Since these concepts are extremely interrelated to time series analysis, this topic fits very well into our course. These concepts also fit really well with what we have learned with regards to time series modelling because they allow us to add complexity to our model so that it more accurately presents the message of our data.
I received some feedback today on the formatting of our paper and a few organizational comments. However, the more important feedback I received today involved the content of the paper and the analysis that we produced. One comment asked us to be more specific about the transformations we tried and why we chose not to use them. I was also asked to give possible reasons for the insignificant predictors that we found in our model. Finally, a major critique I received was to emphasize the most important findings of our study more.

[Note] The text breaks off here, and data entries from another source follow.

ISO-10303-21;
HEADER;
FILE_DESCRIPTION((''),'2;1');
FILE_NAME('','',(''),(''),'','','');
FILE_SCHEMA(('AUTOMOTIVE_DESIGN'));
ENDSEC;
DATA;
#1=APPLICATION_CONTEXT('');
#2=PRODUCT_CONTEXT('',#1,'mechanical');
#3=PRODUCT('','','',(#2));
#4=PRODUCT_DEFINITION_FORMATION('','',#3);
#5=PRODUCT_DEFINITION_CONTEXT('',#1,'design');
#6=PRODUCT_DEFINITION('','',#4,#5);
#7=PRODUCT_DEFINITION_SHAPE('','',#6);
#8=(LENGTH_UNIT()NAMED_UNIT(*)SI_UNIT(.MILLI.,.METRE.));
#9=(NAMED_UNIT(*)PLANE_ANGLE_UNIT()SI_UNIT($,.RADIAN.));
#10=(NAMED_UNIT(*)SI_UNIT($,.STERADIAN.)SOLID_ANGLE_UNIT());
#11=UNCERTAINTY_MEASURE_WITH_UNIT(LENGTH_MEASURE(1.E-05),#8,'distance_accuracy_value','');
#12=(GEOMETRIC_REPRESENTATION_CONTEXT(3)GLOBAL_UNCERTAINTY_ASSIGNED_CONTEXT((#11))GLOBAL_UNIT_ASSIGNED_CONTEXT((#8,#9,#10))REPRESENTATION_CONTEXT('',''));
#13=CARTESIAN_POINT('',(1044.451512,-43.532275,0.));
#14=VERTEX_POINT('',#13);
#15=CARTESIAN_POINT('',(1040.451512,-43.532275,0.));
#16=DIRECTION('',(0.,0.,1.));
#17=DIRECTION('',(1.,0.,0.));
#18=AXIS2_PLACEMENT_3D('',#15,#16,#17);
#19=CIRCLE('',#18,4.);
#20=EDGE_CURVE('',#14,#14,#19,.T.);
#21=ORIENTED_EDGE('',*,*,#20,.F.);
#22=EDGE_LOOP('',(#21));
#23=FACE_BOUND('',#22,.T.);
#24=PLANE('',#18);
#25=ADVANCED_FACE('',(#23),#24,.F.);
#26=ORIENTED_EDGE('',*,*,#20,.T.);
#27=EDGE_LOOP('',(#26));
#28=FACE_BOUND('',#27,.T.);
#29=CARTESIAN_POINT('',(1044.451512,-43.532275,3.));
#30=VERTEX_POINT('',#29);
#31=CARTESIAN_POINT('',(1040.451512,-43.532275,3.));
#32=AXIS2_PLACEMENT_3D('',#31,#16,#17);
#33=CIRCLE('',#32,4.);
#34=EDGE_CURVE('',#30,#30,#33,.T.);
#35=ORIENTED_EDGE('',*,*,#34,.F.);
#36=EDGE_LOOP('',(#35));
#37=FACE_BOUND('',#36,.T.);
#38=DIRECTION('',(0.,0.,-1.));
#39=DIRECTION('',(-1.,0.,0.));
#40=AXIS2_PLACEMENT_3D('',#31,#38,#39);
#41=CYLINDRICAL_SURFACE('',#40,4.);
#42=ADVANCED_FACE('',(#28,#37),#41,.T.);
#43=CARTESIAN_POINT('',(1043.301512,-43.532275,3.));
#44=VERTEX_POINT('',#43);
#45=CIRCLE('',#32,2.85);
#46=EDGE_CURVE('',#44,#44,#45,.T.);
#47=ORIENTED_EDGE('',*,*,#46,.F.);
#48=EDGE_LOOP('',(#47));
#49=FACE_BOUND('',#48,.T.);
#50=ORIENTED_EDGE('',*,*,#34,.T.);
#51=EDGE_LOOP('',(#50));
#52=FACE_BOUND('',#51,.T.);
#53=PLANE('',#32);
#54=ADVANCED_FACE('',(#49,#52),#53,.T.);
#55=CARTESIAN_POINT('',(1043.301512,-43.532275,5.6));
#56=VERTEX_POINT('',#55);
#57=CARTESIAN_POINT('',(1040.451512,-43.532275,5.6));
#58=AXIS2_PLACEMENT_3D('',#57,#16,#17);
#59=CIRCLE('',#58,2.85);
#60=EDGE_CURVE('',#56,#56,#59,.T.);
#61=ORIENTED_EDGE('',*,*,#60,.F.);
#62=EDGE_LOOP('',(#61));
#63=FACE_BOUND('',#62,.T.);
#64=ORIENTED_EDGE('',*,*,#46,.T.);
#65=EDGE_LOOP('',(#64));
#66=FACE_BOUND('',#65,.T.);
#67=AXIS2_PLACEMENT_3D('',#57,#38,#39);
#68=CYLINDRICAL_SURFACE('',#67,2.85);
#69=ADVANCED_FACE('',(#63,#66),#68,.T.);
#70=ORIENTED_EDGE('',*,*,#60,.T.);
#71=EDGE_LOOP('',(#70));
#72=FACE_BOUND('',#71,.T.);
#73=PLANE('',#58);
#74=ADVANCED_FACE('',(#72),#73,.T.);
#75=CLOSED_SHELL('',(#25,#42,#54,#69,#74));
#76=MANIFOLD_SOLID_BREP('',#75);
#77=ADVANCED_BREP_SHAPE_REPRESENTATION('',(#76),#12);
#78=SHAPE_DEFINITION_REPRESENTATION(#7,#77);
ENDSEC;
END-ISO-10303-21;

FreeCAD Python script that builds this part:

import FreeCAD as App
import Part
import Sketcher
Q = App.Units.Quantity

doc = App.newDocument("Part")
body = doc.addObject("PartDesign::Body", "Body")

sketch1 = body.newObject("Sketcher::SketchObject", "Sketch")
sketch1.AttachmentSupport = (doc.getObject("XY_Plane"), [""])
sketch1.MapMode = "FlatFace"
sketch1.addGeometry(Part.Circle(App.Vector(1040.5, -43.5, 0), App.Vector(0, 0, 1), 4), False)
sketch1.addConstraint([
    Sketcher.Constraint("Diameter", 0, Q("8 mm")),
    Sketcher.Constraint("DistanceX", -1, 1, 0, 3, Q("1040.451512 mm")),
    Sketcher.Constraint("DistanceY", 0, 3, -1, 1, Q("43.532275 mm")),
])
pad1 = body.newObject("PartDesign::Pad", "Pad")
pad1.Profile = sketch1
pad1.Length = 3

sketch2 = body.newObject("Sketcher::SketchObject", "Sketch001")
sketch2.AttachmentSupport = (doc.getObject("XY_Plane"), [""])
sketch2.MapMode = "FlatFace"
sketch2.AttachmentOffset = App.Placement(App.Vector(0, 0, 3), App.Rotation())
sketch2.addGeometry(Part.Circle(App.Vector(1040.5, -43.5, 0), App.Vector(0, 0, 1), 2.9), False)
sketch2.addConstraint([
    Sketcher.Constraint("Diameter", 0, Q("5.7 mm")),
    Sketcher.Constraint("DistanceX", -1, 1, 0, 3, Q("1040.451512 mm")),
    Sketcher.Constraint("DistanceY", 0, 3, -1, 1, Q("43.532275 mm")),
])
pad2 = body.newObject("PartDesign::Pad", "Pad001")
pad2.Profile = sketch2
pad2.Length = 2.6

doc.recompute()
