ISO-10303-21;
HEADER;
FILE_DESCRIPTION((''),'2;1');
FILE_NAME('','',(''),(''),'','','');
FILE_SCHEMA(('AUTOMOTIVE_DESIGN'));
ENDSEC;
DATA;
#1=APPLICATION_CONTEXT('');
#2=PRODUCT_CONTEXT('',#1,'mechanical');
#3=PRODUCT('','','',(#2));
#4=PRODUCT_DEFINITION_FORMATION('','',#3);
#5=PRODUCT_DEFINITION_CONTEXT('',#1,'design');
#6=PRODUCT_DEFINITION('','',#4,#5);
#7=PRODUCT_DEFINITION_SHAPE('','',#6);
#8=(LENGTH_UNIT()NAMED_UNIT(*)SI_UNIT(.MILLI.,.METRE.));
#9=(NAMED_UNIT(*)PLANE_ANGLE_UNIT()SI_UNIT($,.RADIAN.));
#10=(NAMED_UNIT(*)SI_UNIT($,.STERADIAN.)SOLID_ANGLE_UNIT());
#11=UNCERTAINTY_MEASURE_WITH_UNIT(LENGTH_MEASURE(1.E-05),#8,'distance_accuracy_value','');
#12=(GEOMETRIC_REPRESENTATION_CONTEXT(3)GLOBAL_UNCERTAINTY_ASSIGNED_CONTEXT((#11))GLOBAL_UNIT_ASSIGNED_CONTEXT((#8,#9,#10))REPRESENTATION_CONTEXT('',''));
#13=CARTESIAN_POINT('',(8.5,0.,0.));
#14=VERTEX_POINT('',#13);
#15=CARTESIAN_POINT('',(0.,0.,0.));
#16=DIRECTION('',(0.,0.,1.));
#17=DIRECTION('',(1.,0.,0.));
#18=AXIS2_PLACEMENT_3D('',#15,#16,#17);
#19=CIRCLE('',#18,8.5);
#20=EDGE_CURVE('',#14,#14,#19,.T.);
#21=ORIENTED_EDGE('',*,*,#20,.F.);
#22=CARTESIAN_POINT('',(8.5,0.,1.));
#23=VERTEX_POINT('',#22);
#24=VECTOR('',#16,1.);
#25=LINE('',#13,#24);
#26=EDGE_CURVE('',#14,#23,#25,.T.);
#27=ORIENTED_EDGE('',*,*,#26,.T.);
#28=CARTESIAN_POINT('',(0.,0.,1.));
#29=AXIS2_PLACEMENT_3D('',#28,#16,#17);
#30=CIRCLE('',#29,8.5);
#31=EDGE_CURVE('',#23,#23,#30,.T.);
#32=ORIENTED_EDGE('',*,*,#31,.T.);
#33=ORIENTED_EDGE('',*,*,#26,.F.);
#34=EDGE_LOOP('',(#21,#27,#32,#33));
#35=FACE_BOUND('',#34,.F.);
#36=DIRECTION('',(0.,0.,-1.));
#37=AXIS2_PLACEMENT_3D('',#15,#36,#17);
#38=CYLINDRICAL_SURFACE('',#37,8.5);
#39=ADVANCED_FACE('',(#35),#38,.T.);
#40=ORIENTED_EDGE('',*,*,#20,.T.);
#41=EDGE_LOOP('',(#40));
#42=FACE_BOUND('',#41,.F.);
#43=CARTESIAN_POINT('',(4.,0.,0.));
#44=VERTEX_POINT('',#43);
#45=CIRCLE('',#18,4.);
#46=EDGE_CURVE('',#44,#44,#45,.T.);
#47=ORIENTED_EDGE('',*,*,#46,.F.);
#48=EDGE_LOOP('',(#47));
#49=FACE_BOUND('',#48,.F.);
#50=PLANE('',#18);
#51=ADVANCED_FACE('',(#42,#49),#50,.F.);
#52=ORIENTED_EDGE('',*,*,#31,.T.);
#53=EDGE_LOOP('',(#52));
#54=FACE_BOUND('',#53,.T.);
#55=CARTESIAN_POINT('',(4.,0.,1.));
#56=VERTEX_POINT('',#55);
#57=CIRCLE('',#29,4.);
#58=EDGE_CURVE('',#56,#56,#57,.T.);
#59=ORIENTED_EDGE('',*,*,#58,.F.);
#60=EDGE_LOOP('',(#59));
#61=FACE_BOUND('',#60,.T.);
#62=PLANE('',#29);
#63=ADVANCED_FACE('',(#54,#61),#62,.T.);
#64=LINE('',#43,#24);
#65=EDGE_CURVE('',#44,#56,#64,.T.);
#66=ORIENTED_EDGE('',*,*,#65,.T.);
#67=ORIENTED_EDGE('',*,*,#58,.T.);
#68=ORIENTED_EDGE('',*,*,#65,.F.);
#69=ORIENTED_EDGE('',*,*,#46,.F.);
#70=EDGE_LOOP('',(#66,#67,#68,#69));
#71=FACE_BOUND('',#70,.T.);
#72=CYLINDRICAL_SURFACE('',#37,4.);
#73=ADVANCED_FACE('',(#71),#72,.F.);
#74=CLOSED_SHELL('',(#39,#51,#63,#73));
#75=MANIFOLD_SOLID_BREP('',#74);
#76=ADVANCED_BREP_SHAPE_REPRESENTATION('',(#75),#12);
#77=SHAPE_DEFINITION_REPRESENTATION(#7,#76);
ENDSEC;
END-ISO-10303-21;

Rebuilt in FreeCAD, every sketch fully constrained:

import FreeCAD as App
import Part
import Sketcher
from FreeCAD import Vector

doc = App.newDocument("Part")
body = doc.addObject("PartDesign::Body", "Body")

# Sketch on XY plane
sketch1 = doc.addObject("Sketcher::SketchObject", "Sketch")
body.addObject(sketch1)
sketch1.AttachmentSupport = (doc.XY_Plane, [""])
sketch1.MapMode = "FlatFace"
sketch1.addGeometry(Part.Circle(Vector(0, 0, 0), Vector(0, 0, 1), 8.5), False)
sketch1.addGeometry(Part.Circle(Vector(0, 0, 0), Vector(0, 0, 1), 4), False)
sketch1.addConstraint(Sketcher.Constraint("Coincident", 0, 3, -1, 1))
sketch1.addConstraint(Sketcher.Constraint("Coincident", 1, 3, -1, 1))
sketch1.addConstraint(Sketcher.Constraint("Diameter", 0, 17.0))
sketch1.addConstraint(Sketcher.Constraint("Diameter", 1, 8.0))
pad1 = doc.addObject("PartDesign::Pad", "Pad")
body.addObject(pad1)
pad1.Profile = sketch1
pad1.Length = 1

doc.recompute()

I will definitely take the formatting and organizational comments to heart and make those alterations in our paper. To address the comment pertaining to transformations, I will go into more detail about the process we went through with transformations and how they did not improve our model. I will address the comment relating to insignificant predictors by discussing these predictors to a greater extent in the paper and looking at the data set to see if there could be issues with the data that are causing us to conclude that the predictors are insignificant. I will also likely look into further studies relating to our topic to figure out whether our findings are standard or an anomily. Lastly, I will address the emphasis critique by expanding on the more important findings of our study since they seem to blend with the other information that we provide in the paper currently.